INFORMATION.
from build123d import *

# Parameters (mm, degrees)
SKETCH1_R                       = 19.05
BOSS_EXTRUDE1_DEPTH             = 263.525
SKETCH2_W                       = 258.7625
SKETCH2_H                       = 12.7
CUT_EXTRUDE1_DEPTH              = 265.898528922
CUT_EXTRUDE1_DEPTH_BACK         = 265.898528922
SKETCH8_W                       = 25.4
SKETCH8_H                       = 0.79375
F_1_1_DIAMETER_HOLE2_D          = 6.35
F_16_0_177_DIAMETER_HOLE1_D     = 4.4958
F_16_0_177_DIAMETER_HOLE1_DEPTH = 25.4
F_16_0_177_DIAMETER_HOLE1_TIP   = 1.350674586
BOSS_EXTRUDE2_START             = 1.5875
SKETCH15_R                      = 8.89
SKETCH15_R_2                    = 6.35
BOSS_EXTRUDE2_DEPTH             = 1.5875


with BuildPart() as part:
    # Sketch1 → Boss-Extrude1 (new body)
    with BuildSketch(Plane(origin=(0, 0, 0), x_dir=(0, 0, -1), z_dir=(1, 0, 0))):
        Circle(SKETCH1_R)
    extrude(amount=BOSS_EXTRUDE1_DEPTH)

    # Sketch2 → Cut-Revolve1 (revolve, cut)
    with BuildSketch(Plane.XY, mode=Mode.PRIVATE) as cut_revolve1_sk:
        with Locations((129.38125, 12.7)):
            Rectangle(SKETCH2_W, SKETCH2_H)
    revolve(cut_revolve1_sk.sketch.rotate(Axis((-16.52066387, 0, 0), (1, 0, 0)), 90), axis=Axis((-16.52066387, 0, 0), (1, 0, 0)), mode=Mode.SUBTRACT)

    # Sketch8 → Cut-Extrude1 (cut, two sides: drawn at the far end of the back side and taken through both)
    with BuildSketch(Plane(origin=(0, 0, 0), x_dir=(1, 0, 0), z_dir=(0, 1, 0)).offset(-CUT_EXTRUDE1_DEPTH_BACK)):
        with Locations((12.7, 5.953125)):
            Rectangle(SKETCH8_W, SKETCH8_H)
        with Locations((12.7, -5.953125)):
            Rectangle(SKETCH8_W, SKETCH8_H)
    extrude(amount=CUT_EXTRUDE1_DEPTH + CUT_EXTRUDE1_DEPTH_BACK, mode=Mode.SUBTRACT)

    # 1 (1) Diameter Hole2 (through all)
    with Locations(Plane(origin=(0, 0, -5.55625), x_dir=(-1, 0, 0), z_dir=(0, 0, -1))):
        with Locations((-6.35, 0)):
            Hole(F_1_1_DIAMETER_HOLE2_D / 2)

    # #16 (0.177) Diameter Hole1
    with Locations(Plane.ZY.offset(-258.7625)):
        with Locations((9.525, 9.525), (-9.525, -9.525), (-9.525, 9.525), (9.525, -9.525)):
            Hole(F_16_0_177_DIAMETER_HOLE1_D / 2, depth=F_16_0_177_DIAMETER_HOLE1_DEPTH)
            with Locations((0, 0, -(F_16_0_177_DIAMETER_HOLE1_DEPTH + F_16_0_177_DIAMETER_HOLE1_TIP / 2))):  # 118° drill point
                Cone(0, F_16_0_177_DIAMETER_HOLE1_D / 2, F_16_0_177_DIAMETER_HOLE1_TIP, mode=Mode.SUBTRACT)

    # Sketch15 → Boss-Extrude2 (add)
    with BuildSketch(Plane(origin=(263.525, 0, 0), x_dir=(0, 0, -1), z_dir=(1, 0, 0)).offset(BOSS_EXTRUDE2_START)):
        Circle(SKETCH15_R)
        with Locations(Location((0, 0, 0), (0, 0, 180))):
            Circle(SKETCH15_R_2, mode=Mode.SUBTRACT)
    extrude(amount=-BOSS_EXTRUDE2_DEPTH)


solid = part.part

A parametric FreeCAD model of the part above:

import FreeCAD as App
import Part
import Sketcher

V = App.Vector
Q = App.Units.Quantity

doc = App.newDocument("Part")
body = doc.addObject("PartDesign::Body", "Body")

# Sketch on YZ plane
sketch1 = body.newObject("Sketcher::SketchObject", "Sketch")
sketch1.AttachmentSupport = (doc.getObject("YZ_Plane"), [""])
sketch1.MapMode = "FlatFace"
sketch1.addGeometry(Part.Circle(V(0, 0, 0), V(0, 0, 1), 19.05), False)
sketch1.addConstraint([
    Sketcher.Constraint("Coincident", 0, 3, -1, 1),
    Sketcher.Constraint("Diameter", 0, Q("1.5 in")),
])
pad1 = body.newObject("PartDesign::Pad", "Pad")
pad1.Profile = sketch1
pad1.Length = Q("10.375 in")

# Sketch on XY plane
sketch2 = body.newObject("Sketcher::SketchObject", "Sketch001")
sketch2.AttachmentSupport = (doc.getObject("XY_Plane"), [""])
sketch2.MapMode = "FlatFace"
sketch2.addGeometry([
    Part.LineSegment(V(0, 19.05, 0), V(0, 6.35, 0)),
    Part.LineSegment(V(0, 6.35, 0), V(258.7625, 6.35, 0)),
    Part.LineSegment(V(258.7625, 6.35, 0), V(258.7625, 19.05, 0)),
    Part.LineSegment(V(258.7625, 19.05, 0), V(0, 19.05, 0)),
], False)
sketch2.addConstraint([
    Sketcher.Constraint("Coincident", 0, 2, 1, 1),
    Sketcher.Constraint("Coincident", 1, 2, 2, 1),
    Sketcher.Constraint("Coincident", 2, 2, 3, 1),
    Sketcher.Constraint("Coincident", 3, 2, 0, 1),
    Sketcher.Constraint("Vertical", 0),
    Sketcher.Constraint("Horizontal", 1),
    Sketcher.Constraint("Vertical", 2),
    Sketcher.Constraint("Horizontal", 3),
    Sketcher.Constraint("PointOnObject", 0, 2, -2),
    Sketcher.Constraint("DistanceY", 0, 2, 0, 1, Q("0.5 in")),
    Sketcher.Constraint("DistanceX", 1, 1, 1, 2, Q("10.1875 in")),
    Sketcher.Constraint("DistanceY", -1, 1, 0, 2, Q("0.25 in")),
])
groove = body.newObject("PartDesign::Groove", "Groove")
groove.Profile = sketch2
groove.ReferenceAxis = (sketch2, ["H_Axis"])
groove.Angle = 360

# Sketch on XZ plane
sketch3 = body.newObject("Sketcher::SketchObject", "Sketch002")
sketch3.AttachmentSupport = (doc.getObject("XZ_Plane"), [""])
sketch3.MapMode = "FlatFace"
sketch3.addGeometry([
    Part.LineSegment(V(0, -6.35, 0), V(0, -5.55625, 0)),  # 0
    Part.LineSegment(V(0, -5.55625, 0), V(25.4, -5.55625, 0)),  # 1
    Part.LineSegment(V(25.4, -5.55625, 0), V(25.4, -6.35, 0)),  # 2
    Part.LineSegment(V(25.4, -6.35, 0), V(0, -6.35, 0)),  # 3
    Part.LineSegment(V(0, 5.55625, 0), V(0, 6.35, 0)),  # 4
    Part.LineSegment(V(0, 6.35, 0), V(25.4, 6.35, 0)),  # 5
    Part.LineSegment(V(25.4, 6.35, 0), V(25.4, 5.55625, 0)),  # 6
    Part.LineSegment(V(25.4, 5.55625, 0), V(0, 5.55625, 0)),  # 7
], False)
sketch3.addConstraint([
    Sketcher.Constraint("Coincident", 0, 2, 1, 1),
    Sketcher.Constraint("Coincident", 1, 2, 2, 1),
    Sketcher.Constraint("Coincident", 2, 2, 3, 1),
    Sketcher.Constraint("Coincident", 3, 2, 0, 1),
    Sketcher.Constraint("Coincident", 4, 2, 5, 1),
    Sketcher.Constraint("Coincident", 5, 2, 6, 1),
    Sketcher.Constraint("Coincident", 6, 2, 7, 1),
    Sketcher.Constraint("Coincident", 7, 2, 4, 1),
    Sketcher.Constraint("Vertical", 0),
    Sketcher.Constraint("Horizontal", 1),
    Sketcher.Constraint("Vertical", 2),
    Sketcher.Constraint("Horizontal", 3),
    Sketcher.Constraint("Vertical", 4),
    Sketcher.Constraint("Horizontal", 5),
    Sketcher.Constraint("Vertical", 6),
    Sketcher.Constraint("Horizontal", 7),
    Sketcher.Constraint("Symmetric", 3, 2, 4, 2, -1, 1),
    Sketcher.Constraint("Symmetric", 1, 2, 6, 2, -1),
    Sketcher.Constraint("PointOnObject", 0, 2, -2),
    Sketcher.Constraint("DistanceX", 1, 1, 1, 2, Q("1 in")),
    Sketcher.Constraint("DistanceY", 3, 2, 4, 2, Q("0.5 in")),
    Sketcher.Constraint("DistanceY", 0, 1, 0, 2, Q("0.03125 in")),
])
pocket1 = body.newObject("PartDesign::Pocket", "Pocket")
pocket1.Profile = sketch3
pocket1.Type = "ThroughAll"
pocket1.Midplane = True

# Sketch on XY plane
sketch4 = body.newObject("Sketcher::SketchObject", "Sketch003")
sketch4.AttachmentSupport = (doc.getObject("XY_Plane"), [""])
sketch4.MapMode = "FlatFace"
sketch4.AttachmentOffset = App.Placement(V(0, 0, -0.21875 * 25.4), App.Rotation())
sketch4.addGeometry(Part.Circle(V(6.35, 0, 0), V(0, 0, 1), 3.175), False)
sketch4.addConstraint([
    Sketcher.Constraint("PointOnObject", 0, 3, -1),
    Sketcher.Constraint("Diameter", 0, Q("0.25 in")),
    Sketcher.Constraint("DistanceX", -1, 1, 0, 3, Q("0.25 in")),
])
doc.recompute()
hole = body.newObject("PartDesign::Hole", "Hole")
hole.Profile = sketch4
hole.ThreadType = "None"
hole.Diameter = Q("0.25 in")
hole.DepthType = "ThroughAll"
hole.Reversed = True

# Sketch on YZ plane
sketch5 = body.newObject("Sketcher::SketchObject", "Sketch004")
sketch5.AttachmentSupport = (doc.getObject("YZ_Plane"), [""])
sketch5.MapMode = "FlatFace"
sketch5.AttachmentOffset = App.Placement(V(0, 0, 10.1875 * 25.4), App.Rotation())
sketch5.addGeometry([
    Part.Circle(V(9.525, 9.525, 0), V(0, 0, 1), 2.2479),
    Part.Circle(V(-9.525, -9.525, 0), V(0, 0, 1), 2.2479),
    Part.Circle(V(9.525, -9.525, 0), V(0, 0, 1), 2.2479),
    Part.Circle(V(-9.525, 9.525, 0), V(0, 0, 1), 2.2479),
], False)
sketch5.addConstraint([
    Sketcher.Constraint("Equal", 0, 1),
    Sketcher.Constraint("Equal", 1, 2),
    Sketcher.Constraint("Equal", 2, 3),
    Sketcher.Constraint("Symmetric", 0, 3, 1, 3, -1, 1),
    Sketcher.Constraint("Symmetric", 2, 3, 3, 3, -1, 1),
    Sketcher.Constraint("Symmetric", 1, 3, 2, 3, -2),
    Sketcher.Constraint("Diameter", 0, Q("0.177 in")),
    Sketcher.Constraint("DistanceX", 1, 3, 0, 3, Q("0.75 in")),
    Sketcher.Constraint("DistanceY", 1, 3, 0, 3, Q("0.75 in")),
])
doc.recompute()
hole2 = body.newObject("PartDesign::Hole", "Hole001")
hole2.Profile = sketch5
hole2.ThreadType = "None"
hole2.Diameter = Q("0.177 in")
hole2.DepthType = "Dimension"
hole2.Depth = Q("1 in")
hole2.DrillPoint = "Angled"
hole2.DrillPointAngle = 118
hole2.Reversed = True

# Sketch on YZ plane
sketch6 = body.newObject("Sketcher::SketchObject", "Sketch005")
sketch6.AttachmentSupport = (doc.getObject("YZ_Plane"), [""])
sketch6.MapMode = "FlatFace"
sketch6.AttachmentOffset = App.Placement(V(0, 0, 10.4375 * 25.4), App.Rotation())
sketch6.addGeometry([
    Part.Circle(V(0, 0, 0), V(0, 0, 1), 8.89),
    Part.Circle(V(0, 0, 0), V(0, 0, 1), 6.35),
], False)
sketch6.addConstraint([
    Sketcher.Constraint("Coincident", 0, 3, -1, 1),
    Sketcher.Constraint("Coincident", 1, 3, -1, 1),
    Sketcher.Constraint("Diameter", 0, Q("0.7 in")),
    Sketcher.Constraint("Diameter", 1, Q("0.5 in")),
])
pad2 = body.newObject("PartDesign::Pad", "Pad001")
pad2.Profile = sketch6
pad2.Length = Q("0.0625 in")
pad2.Reversed = True

doc.recompute()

WHAT TO DO.
Please give again only the lines from the start of the material through the line holding "# Sketch1 → Boss-Extrude1 (new body)", exactly as they are written.

EXPECTED OUTPUT.
from build123d import *

# Parameters (mm, degrees)
SKETCH1_R                       = 19.05
BOSS_EXTRUDE1_DEPTH             = 263.525
SKETCH2_W                       = 258.7625
SKETCH2_H                       = 12.7
CUT_EXTRUDE1_DEPTH              = 265.898528922
CUT_EXTRUDE1_DEPTH_BACK         = 265.898528922
SKETCH8_W                       = 25.4
SKETCH8_H                       = 0.79375
F_1_1_DIAMETER_HOLE2_D          = 6.35
F_16_0_177_DIAMETER_HOLE1_D     = 4.4958
F_16_0_177_DIAMETER_HOLE1_DEPTH = 25.4
F_16_0_177_DIAMETER_HOLE1_TIP   = 1.350674586
BOSS_EXTRUDE2_START             = 1.5875
SKETCH15_R                      = 8.89
SKETCH15_R_2                    = 6.35
BOSS_EXTRUDE2_DEPTH             = 1.5875


with BuildPart() as part:
    # Sketch1 → Boss-Extrude1 (new body)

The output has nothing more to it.